◆ AIM OF THE TASK
Every line from the beginning of the data through the line containing "v -0.261 8.5 -1.73" should be reproduced exactly, and no further lines should be output.

Saved entries:
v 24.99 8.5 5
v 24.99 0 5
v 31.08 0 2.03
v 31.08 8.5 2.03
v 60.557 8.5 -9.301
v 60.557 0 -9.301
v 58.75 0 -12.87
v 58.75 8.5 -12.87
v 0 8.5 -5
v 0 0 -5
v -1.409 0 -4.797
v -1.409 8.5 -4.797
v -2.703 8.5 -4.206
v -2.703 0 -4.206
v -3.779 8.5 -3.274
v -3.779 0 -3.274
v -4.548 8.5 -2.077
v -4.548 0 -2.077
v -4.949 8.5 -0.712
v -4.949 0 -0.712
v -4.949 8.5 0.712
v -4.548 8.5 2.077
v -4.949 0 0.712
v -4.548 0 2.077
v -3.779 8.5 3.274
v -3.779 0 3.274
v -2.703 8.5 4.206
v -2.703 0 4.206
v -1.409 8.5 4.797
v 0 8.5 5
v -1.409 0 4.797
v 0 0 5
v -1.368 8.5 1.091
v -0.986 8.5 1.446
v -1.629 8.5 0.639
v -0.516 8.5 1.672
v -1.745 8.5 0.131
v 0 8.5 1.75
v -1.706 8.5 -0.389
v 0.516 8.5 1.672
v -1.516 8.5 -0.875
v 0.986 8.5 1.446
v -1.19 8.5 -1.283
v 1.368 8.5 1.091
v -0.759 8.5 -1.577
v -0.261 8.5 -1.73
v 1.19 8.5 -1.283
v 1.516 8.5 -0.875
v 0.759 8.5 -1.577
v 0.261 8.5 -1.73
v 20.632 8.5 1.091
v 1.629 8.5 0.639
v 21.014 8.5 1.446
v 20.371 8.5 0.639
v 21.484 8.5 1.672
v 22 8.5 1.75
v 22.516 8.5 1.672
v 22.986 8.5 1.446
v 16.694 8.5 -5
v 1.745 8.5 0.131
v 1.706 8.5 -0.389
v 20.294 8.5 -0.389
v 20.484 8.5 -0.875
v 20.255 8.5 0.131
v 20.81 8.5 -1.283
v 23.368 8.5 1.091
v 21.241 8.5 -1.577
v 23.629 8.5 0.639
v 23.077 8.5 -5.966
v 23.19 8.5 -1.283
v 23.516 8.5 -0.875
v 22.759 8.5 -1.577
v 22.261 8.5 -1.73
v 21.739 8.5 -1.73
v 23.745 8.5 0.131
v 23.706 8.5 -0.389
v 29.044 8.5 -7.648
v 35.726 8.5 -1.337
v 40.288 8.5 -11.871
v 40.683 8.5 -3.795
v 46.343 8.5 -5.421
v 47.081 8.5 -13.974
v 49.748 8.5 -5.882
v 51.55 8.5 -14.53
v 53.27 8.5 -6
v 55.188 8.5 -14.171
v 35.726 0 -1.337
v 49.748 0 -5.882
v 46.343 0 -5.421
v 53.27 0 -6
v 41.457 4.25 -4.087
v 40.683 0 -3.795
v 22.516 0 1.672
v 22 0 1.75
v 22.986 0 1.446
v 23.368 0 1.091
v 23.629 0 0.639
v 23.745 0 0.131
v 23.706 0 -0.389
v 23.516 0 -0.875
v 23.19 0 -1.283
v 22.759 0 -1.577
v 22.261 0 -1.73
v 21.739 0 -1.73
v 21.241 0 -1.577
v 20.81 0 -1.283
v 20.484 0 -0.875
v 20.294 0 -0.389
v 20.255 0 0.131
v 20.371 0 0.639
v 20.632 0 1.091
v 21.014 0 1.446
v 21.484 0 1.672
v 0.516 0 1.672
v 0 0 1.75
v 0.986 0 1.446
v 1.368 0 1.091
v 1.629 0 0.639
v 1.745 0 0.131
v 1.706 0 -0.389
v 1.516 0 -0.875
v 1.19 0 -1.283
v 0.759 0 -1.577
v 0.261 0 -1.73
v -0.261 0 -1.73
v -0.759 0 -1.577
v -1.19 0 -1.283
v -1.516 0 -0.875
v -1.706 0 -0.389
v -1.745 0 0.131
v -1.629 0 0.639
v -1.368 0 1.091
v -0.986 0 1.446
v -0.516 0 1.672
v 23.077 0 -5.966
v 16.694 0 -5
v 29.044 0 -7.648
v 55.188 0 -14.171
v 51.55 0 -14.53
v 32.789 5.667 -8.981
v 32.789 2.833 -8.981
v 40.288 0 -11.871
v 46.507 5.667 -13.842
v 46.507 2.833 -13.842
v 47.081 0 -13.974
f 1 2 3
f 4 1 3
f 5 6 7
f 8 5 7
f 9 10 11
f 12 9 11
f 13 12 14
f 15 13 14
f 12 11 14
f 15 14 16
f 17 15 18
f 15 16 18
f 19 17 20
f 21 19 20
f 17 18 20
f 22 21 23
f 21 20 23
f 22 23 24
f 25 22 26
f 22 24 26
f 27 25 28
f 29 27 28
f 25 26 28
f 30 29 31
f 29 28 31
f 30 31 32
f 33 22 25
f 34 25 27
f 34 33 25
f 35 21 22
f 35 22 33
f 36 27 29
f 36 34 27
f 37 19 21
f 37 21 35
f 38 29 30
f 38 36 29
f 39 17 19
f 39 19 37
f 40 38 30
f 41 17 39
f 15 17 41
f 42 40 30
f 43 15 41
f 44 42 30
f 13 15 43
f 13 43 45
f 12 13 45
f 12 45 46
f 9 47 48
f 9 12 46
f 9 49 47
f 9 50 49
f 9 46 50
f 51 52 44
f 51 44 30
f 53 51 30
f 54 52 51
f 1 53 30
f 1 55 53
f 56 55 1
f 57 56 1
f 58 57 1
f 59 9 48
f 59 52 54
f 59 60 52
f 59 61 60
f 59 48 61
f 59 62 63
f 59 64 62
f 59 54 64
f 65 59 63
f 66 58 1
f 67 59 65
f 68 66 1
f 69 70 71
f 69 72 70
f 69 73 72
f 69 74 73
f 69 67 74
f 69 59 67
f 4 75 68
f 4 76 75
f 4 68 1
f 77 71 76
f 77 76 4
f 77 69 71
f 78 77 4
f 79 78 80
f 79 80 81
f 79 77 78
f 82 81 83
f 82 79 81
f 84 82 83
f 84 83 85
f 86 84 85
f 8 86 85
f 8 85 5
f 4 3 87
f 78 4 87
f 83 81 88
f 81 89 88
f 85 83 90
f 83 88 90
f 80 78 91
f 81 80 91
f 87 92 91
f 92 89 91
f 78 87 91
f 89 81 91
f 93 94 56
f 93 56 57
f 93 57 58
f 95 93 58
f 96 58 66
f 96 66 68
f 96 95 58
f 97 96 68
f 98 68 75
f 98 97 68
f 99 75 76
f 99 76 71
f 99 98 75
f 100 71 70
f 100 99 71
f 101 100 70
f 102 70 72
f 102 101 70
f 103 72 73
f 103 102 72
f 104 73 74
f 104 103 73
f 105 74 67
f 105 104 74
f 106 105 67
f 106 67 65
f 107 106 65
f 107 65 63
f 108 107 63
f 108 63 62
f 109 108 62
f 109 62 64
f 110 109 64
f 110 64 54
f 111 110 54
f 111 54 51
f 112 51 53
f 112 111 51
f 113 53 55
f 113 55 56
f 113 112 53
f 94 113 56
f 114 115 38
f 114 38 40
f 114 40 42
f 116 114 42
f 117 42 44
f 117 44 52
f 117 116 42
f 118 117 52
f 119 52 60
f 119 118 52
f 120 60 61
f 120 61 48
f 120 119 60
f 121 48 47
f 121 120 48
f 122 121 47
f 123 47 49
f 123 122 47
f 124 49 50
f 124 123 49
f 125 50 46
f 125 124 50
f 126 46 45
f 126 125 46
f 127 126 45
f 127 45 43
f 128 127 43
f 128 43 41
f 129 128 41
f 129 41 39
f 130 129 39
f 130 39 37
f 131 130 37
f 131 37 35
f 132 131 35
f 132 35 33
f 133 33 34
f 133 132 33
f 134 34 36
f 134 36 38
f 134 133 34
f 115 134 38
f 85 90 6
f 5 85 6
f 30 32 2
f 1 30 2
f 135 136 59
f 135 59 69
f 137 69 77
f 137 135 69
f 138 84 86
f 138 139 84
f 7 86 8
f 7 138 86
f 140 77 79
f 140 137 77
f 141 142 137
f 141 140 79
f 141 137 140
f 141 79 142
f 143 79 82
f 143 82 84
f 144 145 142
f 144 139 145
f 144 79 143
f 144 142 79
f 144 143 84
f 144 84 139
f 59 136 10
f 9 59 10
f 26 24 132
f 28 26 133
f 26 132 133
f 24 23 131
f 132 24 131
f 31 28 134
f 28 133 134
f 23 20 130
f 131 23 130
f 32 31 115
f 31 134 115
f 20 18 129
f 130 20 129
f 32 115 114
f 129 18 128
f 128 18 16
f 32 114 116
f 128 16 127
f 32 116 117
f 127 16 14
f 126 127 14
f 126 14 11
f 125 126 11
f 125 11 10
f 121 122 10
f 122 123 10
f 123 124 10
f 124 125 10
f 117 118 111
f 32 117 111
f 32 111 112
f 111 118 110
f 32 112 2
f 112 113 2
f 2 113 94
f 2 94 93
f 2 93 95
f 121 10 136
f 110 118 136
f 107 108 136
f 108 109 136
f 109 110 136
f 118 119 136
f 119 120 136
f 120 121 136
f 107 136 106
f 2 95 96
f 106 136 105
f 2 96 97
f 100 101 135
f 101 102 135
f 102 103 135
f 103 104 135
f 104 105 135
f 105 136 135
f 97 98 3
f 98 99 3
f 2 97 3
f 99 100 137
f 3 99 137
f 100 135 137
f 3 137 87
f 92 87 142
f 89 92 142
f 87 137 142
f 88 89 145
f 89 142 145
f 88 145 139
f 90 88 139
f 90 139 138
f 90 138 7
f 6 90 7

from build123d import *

# Parameters (mm, degrees)
SKETCH1_R           = 5
SKETCH1_R_2         = 1.75
BOSS_EXTRUDE1_DEPTH = 8.5
BOSS_EXTRUDE2_START = -8.5
BOSS_EXTRUDE2_DEPTH = 8.5


with BuildPart() as part:
    # Sketch1 → Boss-Extrude1 (new body)
    # profile 1 of 3: a face of its own
    with BuildSketch(Plane(origin=(0, 0, 0), x_dir=(1, 0, 0), z_dir=(0, 1, 0))):
        Circle(SKETCH1_R)
        with Locations(Location((0, 0, 0), (0, 0, 270))):
            Circle(SKETCH1_R_2, mode=Mode.SUBTRACT)
    # profile 2 of 3: a face of its own
    with BuildSketch(Plane(origin=(0, 0, 0), x_dir=(1, 0, 0), z_dir=(0, 1, 0))):
        with BuildLine():
            Line((22, 5), (0, 5))
            ThreePointArc((0, 5), (3.535533906, 3.535533906), (5, 0))
            ThreePointArc((5, 0), (3.535533907, -3.535533905), (3e-09, -5))
            Line((3e-09, -5), (22, -5))
            ThreePointArc((22, -5), (17, 0), (22, 5))
        make_face()
    # profile 3 of 3: a face of its own
    with BuildSketch(Plane(origin=(0, 0, 0), x_dir=(1, 0, 0), z_dir=(0, 1, 0))):
        with Locations((22, 0)):
            Circle(SKETCH1_R)
        with Locations(Location((22, 0, 0), (0, 0, 270))):
            Circle(SKETCH1_R_2, mode=Mode.SUBTRACT)
    extrude(amount=BOSS_EXTRUDE1_DEPTH)

    # Sketch2 → Boss-Extrude2 (add)
    with BuildSketch(Plane(origin=(0, 8.5, 0), x_dir=(1, 0, 0), z_dir=(0, 1, 0)).offset(BOSS_EXTRUDE2_START)):
        with BuildLine():
            ThreePointArc((22, 5), (27, 0), (22, -5))
            Line((22, -5), (24.99, -5))
            Line((24.99, -5), (31.08, -2.029708536))
            add(Edge.make_bspline(
                [(31.08, -2.029708536), (40.738723452, 6.188270814), (53.27, 6)],
                knots=[0, 0, 0, 1, 1, 1], degree=2))
            Line((53.27, 6), (60.557013712, 9.301428655))
            Line((60.557013712, 9.301428655), (58.75, 12.87))
            add(Edge.make_bspline(
                [(16.693950363, 5), (34.27932275, 6.303745675), (46.942612852, 18.996556194), (58.75, 12.87)],
                knots=[0.094833199, 0.094833199, 0.094833199, 0.094833199, 1, 1, 1, 1], degree=3))
            Line((16.693950363, 5), (22, 5))
        make_face()
    extrude(amount=BOSS_EXTRUDE2_DEPTH)


solid = part.part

◆ RESULT FOR THIS TASK
v 24.99 8.5 5
v 24.99 0 5
v 31.08 0 2.03
v 31.08 8.5 2.03
v 60.557 8.5 -9.301
v 60.557 0 -9.301
v 58.75 0 -12.87
v 58.75 8.5 -12.87
v 0 8.5 -5
v 0 0 -5
v -1.409 0 -4.797
v -1.409 8.5 -4.797
v -2.703 8.5 -4.206
v -2.703 0 -4.206
v -3.779 8.5 -3.274
v -3.779 0 -3.274
v -4.548 8.5 -2.077
v -4.548 0 -2.077
v -4.949 8.5 -0.712
v -4.949 0 -0.712
v -4.949 8.5 0.712
v -4.548 8.5 2.077
v -4.949 0 0.712
v -4.548 0 2.077
v -3.779 8.5 3.274
v -3.779 0 3.274
v -2.703 8.5 4.206
v -2.703 0 4.206
v -1.409 8.5 4.797
v 0 8.5 5
v -1.409 0 4.797
v 0 0 5
v -1.368 8.5 1.091
v -0.986 8.5 1.446
v -1.629 8.5 0.639
v -0.516 8.5 1.672
v -1.745 8.5 0.131
v 0 8.5 1.75
v -1.706 8.5 -0.389
v 0.516 8.5 1.672
v -1.516 8.5 -0.875
v 0.986 8.5 1.446
v -1.19 8.5 -1.283
v 1.368 8.5 1.091
v -0.759 8.5 -1.577
v -0.261 8.5 -1.73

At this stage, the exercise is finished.